De draak bevriest onder de kou en stolt weer terug tot poster. Even twijfelt Kees aan zichzelf. Sprak die draak nu echt, of hoorde hij zichzelf praten? Zijn puberbrein haalt rare streken uit. En toch, de draak in zijn gedachten had wel een punt. Een plaatje draaien, dat is wat Kees wil doen. Muziek in droevenis maakt zijn lijden zacht. Hij kan alleen niet kiezen. Tussen Dylan en de Groot. Ach, arm kind, wat lig je hier stil, dertien lentes zo pril met het antwoord in de wind.

Categorieën: Verhalen

Mien

Bewonder luidruchtig en verwonder in stilte

14 reacties

troubadour · 25 januari 2014 op 13:13

Kan zo in een jongensboek. Een goed jongensboek, waarin pubers kunnen lezen over hun puber zijn.

Nachtzuster · 25 januari 2014 op 17:38

Prachtig verhaal, Mien! Heel mooi klein gehouden. :rose: :yes:

Yfs · 25 januari 2014 op 17:52

Mooi geschreven maar vond het qua tijdsaanduiding een beetje onduidelijk in elkaar steken. Omdat ik er in het begin van uitging dat het zich in deze tijd afspeelt, kon ik me niet voorstellen dat een 13-jarige puber vandaag de dag nog een poster op zijn kamer heeft van een draak en deze toe zou spreken met : ‘jij lelijke draak’ Pas aan het einde bevestigt de muziek van Dylan in combi met de kleuren van de okergele flat dat het in de jaren 60 geweest moet zijn. Het heengaan van zijn moeder had je wat mij betreft uitvoeriger mogen beschrijven, juist omdat het zo’n belangrijke factor is?
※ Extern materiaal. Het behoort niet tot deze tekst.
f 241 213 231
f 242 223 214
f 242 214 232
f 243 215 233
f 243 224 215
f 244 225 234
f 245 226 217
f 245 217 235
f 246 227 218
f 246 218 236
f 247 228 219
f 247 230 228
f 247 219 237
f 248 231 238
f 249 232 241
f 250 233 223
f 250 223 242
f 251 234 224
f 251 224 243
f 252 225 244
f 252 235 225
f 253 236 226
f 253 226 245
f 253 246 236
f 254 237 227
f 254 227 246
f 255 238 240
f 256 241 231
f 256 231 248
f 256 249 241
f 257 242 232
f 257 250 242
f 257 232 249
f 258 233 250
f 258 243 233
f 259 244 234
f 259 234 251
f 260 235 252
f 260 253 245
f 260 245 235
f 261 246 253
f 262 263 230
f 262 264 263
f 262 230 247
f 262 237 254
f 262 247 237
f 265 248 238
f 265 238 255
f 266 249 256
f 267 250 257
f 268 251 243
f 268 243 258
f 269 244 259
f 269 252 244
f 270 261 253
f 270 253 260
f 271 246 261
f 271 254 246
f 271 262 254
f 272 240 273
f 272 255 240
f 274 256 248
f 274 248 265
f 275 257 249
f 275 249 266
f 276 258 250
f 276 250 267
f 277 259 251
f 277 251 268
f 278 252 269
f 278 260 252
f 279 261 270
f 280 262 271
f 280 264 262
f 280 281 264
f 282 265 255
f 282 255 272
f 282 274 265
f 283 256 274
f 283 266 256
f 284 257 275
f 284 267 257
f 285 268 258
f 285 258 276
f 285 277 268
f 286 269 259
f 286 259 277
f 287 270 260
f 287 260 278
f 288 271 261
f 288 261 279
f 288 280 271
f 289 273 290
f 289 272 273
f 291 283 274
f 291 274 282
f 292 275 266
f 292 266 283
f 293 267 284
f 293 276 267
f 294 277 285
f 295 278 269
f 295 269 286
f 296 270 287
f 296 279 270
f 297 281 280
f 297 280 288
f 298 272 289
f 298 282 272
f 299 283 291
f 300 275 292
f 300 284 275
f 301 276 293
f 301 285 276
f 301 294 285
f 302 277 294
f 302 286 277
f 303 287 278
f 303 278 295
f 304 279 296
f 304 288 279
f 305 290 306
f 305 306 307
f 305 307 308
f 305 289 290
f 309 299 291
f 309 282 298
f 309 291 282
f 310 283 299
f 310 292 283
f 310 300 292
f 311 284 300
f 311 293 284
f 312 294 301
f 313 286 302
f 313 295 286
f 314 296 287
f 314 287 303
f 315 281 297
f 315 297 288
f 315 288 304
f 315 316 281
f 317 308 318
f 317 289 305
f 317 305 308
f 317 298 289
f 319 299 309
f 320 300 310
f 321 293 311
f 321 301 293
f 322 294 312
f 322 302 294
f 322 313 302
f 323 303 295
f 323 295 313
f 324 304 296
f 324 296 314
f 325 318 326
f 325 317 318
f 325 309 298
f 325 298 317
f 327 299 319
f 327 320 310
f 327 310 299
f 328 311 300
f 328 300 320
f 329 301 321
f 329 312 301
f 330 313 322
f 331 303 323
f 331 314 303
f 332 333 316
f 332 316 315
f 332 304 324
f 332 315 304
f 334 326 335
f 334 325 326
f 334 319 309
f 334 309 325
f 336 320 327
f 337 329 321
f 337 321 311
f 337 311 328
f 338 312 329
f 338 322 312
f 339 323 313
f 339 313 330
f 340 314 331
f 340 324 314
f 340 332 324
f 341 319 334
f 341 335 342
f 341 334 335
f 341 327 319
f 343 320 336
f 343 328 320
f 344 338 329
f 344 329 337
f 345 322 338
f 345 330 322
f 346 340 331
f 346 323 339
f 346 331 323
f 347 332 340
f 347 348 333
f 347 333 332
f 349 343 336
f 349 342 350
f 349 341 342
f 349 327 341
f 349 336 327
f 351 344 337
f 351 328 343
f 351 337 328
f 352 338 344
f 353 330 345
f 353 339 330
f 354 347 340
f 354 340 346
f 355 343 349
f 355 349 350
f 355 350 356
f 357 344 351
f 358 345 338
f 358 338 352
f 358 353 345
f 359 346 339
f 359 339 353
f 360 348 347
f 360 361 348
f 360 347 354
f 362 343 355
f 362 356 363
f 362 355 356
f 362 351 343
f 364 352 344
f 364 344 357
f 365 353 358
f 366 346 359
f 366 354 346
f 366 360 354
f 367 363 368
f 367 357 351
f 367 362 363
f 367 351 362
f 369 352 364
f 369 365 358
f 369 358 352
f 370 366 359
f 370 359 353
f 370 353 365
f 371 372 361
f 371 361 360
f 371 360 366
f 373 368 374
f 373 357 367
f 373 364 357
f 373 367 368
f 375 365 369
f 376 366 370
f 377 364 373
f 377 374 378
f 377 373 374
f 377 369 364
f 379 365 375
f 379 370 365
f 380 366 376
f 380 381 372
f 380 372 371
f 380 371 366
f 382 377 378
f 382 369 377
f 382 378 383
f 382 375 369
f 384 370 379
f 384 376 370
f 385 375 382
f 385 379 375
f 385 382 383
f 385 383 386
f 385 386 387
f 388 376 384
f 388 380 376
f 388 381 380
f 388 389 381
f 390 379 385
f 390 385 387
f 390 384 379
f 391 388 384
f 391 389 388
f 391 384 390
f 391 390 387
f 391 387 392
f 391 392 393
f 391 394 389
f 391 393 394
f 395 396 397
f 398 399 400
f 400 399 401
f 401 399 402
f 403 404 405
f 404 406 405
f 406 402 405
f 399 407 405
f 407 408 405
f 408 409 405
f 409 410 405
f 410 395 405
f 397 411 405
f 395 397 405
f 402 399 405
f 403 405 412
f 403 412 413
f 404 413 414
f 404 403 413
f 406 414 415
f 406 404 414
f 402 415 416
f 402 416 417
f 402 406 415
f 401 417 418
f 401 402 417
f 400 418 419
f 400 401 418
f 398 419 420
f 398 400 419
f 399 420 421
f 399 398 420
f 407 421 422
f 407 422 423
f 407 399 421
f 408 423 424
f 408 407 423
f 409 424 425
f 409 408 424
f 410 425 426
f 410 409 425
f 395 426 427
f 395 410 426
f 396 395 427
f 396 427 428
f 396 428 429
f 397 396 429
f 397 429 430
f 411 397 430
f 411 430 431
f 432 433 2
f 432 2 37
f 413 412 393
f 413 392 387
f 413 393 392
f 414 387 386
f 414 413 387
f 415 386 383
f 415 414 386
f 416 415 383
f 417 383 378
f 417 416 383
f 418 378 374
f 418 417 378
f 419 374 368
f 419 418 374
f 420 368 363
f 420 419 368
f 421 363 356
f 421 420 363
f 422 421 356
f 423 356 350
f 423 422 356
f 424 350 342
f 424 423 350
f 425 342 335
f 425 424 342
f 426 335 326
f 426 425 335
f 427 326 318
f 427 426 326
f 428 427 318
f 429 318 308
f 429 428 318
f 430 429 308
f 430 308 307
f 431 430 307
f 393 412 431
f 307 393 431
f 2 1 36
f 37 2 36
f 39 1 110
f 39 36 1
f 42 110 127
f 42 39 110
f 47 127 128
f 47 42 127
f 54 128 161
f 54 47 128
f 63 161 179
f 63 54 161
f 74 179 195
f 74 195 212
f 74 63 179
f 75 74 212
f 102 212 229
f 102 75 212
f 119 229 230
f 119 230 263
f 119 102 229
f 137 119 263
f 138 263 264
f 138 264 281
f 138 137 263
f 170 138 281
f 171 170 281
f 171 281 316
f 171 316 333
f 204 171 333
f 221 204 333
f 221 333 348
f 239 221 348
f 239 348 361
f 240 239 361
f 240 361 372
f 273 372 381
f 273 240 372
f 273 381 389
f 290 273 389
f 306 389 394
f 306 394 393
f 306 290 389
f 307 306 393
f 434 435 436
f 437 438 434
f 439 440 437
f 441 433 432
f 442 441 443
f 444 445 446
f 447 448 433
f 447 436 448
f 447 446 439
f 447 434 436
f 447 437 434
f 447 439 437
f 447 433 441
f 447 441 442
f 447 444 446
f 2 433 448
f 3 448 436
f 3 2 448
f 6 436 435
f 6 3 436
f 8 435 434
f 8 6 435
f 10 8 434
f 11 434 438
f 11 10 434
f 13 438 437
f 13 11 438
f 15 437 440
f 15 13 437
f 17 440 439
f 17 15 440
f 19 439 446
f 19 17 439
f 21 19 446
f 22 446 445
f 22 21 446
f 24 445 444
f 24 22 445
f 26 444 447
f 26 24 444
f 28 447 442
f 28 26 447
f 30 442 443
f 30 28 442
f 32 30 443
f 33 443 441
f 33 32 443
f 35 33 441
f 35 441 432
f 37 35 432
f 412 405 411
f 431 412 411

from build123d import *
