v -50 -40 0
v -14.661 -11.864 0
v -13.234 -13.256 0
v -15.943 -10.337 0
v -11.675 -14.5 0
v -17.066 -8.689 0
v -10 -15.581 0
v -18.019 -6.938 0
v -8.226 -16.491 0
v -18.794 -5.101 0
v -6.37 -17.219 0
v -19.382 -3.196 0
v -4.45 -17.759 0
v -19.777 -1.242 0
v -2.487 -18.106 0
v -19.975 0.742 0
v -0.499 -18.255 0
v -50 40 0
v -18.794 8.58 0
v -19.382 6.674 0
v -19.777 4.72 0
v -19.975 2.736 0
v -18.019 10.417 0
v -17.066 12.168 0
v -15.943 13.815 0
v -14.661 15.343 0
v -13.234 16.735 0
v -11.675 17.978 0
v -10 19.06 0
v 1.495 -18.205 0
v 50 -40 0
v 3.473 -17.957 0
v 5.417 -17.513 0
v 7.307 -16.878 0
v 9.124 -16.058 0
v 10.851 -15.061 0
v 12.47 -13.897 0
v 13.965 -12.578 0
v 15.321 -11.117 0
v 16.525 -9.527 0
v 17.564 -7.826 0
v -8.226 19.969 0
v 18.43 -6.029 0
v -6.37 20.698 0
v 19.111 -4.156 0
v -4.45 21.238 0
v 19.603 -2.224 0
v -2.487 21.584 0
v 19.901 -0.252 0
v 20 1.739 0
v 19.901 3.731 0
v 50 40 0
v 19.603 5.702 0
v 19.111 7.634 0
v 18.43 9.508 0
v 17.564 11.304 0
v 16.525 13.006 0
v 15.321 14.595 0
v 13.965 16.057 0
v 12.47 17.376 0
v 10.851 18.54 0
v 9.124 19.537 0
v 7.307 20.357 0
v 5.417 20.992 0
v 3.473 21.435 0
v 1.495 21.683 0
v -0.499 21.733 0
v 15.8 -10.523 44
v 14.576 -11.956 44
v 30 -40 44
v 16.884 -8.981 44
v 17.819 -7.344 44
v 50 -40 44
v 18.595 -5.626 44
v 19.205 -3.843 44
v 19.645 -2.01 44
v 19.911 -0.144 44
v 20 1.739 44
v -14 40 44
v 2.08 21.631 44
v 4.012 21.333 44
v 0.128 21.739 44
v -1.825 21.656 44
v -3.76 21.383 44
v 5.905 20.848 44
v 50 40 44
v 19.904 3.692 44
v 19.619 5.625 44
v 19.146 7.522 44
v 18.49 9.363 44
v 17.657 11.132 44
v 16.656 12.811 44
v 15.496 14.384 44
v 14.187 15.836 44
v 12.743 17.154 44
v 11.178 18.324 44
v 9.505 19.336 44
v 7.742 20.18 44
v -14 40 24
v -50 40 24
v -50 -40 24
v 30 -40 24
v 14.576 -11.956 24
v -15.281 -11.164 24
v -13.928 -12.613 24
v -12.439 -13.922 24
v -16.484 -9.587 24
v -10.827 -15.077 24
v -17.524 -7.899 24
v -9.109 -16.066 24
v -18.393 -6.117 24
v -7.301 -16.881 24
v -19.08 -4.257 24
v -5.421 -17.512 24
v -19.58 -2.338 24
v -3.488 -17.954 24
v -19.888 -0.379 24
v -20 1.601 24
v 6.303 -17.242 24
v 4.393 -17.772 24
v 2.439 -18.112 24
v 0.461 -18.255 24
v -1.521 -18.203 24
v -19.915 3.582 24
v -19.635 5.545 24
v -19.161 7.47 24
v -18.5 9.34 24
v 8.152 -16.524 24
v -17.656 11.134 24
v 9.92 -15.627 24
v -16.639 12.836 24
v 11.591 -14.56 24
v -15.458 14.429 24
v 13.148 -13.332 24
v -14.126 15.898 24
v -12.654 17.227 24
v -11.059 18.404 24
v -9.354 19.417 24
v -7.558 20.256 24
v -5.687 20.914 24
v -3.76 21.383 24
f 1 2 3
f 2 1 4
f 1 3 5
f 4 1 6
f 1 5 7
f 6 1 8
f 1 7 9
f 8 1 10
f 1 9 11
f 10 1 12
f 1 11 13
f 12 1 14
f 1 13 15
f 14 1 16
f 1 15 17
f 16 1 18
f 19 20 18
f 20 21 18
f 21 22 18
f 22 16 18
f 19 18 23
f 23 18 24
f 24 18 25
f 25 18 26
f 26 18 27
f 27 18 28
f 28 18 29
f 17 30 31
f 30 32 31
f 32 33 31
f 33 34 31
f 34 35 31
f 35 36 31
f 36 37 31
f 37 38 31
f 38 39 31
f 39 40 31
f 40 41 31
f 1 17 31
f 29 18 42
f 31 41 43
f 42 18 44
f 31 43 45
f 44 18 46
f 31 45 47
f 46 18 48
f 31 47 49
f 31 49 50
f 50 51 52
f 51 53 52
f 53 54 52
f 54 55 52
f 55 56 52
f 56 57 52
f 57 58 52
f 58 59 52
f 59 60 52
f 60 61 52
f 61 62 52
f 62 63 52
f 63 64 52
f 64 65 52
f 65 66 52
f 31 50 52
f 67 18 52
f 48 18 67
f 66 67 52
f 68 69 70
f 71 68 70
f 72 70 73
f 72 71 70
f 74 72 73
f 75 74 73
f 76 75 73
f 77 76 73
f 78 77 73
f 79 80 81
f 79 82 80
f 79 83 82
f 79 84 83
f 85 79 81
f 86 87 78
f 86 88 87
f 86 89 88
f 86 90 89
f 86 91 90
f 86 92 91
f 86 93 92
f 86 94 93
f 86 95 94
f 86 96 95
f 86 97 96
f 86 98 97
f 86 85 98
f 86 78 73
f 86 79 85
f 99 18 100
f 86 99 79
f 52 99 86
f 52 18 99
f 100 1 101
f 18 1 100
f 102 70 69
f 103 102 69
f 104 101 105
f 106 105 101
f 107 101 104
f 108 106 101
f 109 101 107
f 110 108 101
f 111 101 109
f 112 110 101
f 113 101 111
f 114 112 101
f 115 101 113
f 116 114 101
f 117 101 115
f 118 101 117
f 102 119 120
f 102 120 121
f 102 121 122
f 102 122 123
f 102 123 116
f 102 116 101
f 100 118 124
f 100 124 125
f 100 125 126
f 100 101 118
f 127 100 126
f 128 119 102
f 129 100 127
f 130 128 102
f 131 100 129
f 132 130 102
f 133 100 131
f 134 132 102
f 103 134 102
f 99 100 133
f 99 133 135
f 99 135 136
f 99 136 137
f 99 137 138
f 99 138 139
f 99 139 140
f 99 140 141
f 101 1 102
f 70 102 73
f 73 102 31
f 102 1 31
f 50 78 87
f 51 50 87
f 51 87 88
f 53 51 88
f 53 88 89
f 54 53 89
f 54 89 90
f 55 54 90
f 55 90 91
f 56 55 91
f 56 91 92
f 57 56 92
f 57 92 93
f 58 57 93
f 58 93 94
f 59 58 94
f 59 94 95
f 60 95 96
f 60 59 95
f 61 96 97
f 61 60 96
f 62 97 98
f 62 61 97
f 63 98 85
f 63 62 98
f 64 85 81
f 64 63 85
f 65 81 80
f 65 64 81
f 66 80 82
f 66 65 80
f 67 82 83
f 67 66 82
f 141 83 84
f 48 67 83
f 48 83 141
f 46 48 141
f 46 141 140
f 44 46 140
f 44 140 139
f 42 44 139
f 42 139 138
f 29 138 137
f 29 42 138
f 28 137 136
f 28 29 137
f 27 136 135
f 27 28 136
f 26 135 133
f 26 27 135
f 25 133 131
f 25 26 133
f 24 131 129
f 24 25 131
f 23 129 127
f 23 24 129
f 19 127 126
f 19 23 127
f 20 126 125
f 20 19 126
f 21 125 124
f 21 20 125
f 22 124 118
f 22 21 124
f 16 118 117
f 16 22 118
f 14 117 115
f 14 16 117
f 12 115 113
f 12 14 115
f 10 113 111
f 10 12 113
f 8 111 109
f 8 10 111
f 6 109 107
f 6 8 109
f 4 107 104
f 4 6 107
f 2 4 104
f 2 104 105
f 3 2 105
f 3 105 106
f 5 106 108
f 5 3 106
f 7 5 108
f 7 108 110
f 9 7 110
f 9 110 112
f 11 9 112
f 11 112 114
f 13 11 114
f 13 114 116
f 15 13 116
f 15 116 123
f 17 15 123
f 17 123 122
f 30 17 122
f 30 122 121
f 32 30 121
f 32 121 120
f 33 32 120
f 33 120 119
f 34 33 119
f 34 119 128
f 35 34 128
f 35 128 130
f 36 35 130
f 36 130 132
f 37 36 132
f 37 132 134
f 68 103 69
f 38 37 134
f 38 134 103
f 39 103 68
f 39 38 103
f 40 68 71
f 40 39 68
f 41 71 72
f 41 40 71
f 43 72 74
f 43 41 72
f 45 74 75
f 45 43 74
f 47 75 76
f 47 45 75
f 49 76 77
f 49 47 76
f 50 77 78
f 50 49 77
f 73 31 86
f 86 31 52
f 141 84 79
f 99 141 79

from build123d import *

# Parameters (mm, degrees)
F0_W     = 100
F0_H     = 80
F0_R     = 20
F1_DEPTH = 44
F2_DEPTH = 44
F4_DEPTH = 20


with BuildPart() as f1:
    # F0 (on Top) → F1 (new body)
    with BuildSketch(Plane.XY):
        Rectangle(F0_W, F0_H)
        with Locations((0, 1.739223)):
            Circle(F0_R, mode=Mode.SUBTRACT)
    extrude(amount=F1_DEPTH)

    # F0 (on Top) → F2 (join)
    with BuildSketch(Plane.XY):
        Rectangle(F0_W, F0_H)
        with Locations((0, 1.739223)):
            Circle(F0_R, mode=Mode.SUBTRACT)
    extrude(amount=F2_DEPTH)

    # F3 (on face) → F4 (cut)
    with BuildSketch(Plane.XY.offset(44)):
        with BuildLine():
            Line((-3.760391, 21.382529), (-14, 40))
            Line((-14, 40), (-50, 40))
            Line((-50, 40), (-50, -40))
            Line((-50, -40), (30, -40))
            Line((30, -40), (14.575634, -11.955699))
            ThreePointArc((14.575634, -11.955699), (-17.524318, -7.899152), (-3.760391, 21.382529))
        make_face()
    extrude(amount=-F4_DEPTH, mode=Mode.SUBTRACT)


solid = f1.part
Yfs · 26 januari 2014 op 10:11

Tja… zo zie je maar dat iedereen een ander beeld kan hebben bij een fluwelen draak! 😉

    Mien · 28 januari 2014 op 15:37

    Lokt in ieder geval uit tot beeldspraak … 🙂
    En dat van een beelddraak! 😉

Pierken · 26 januari 2014 op 14:28

Blacklightposter, plaatje draaien, Dylan, De Groot. Heb je zitten spitten, Mien? De jaren ’70 spat er van af. Had Kees ook de panter en de slang? Goede aanvulling op een geloofwaardige serie Kezen! Zo lees ik ze graag van je :yes:

pally · 26 januari 2014 op 14:50

Ik kon goed mee met Kees en dat betekent dat je hem goed hebt neergezet. Fijn, om ook weer eens van je te lezen zonder taalgrapjes. Niet dat die niet leuk zijn, maar het kan op een foefje gaan lijken.
Ja, goed, dit :yes:

Fulminator · 27 januari 2014 op 22:43

Van Kees krijg ik zo’n klef, week, plakkerig gevoel.Ik geloof hem niet.

Mien · 28 januari 2014 op 00:23

Tja … dat kan ik mij in jouw geval goed voorstellen.
In ieder geval bedankt voor het moeite nemen om te reageren.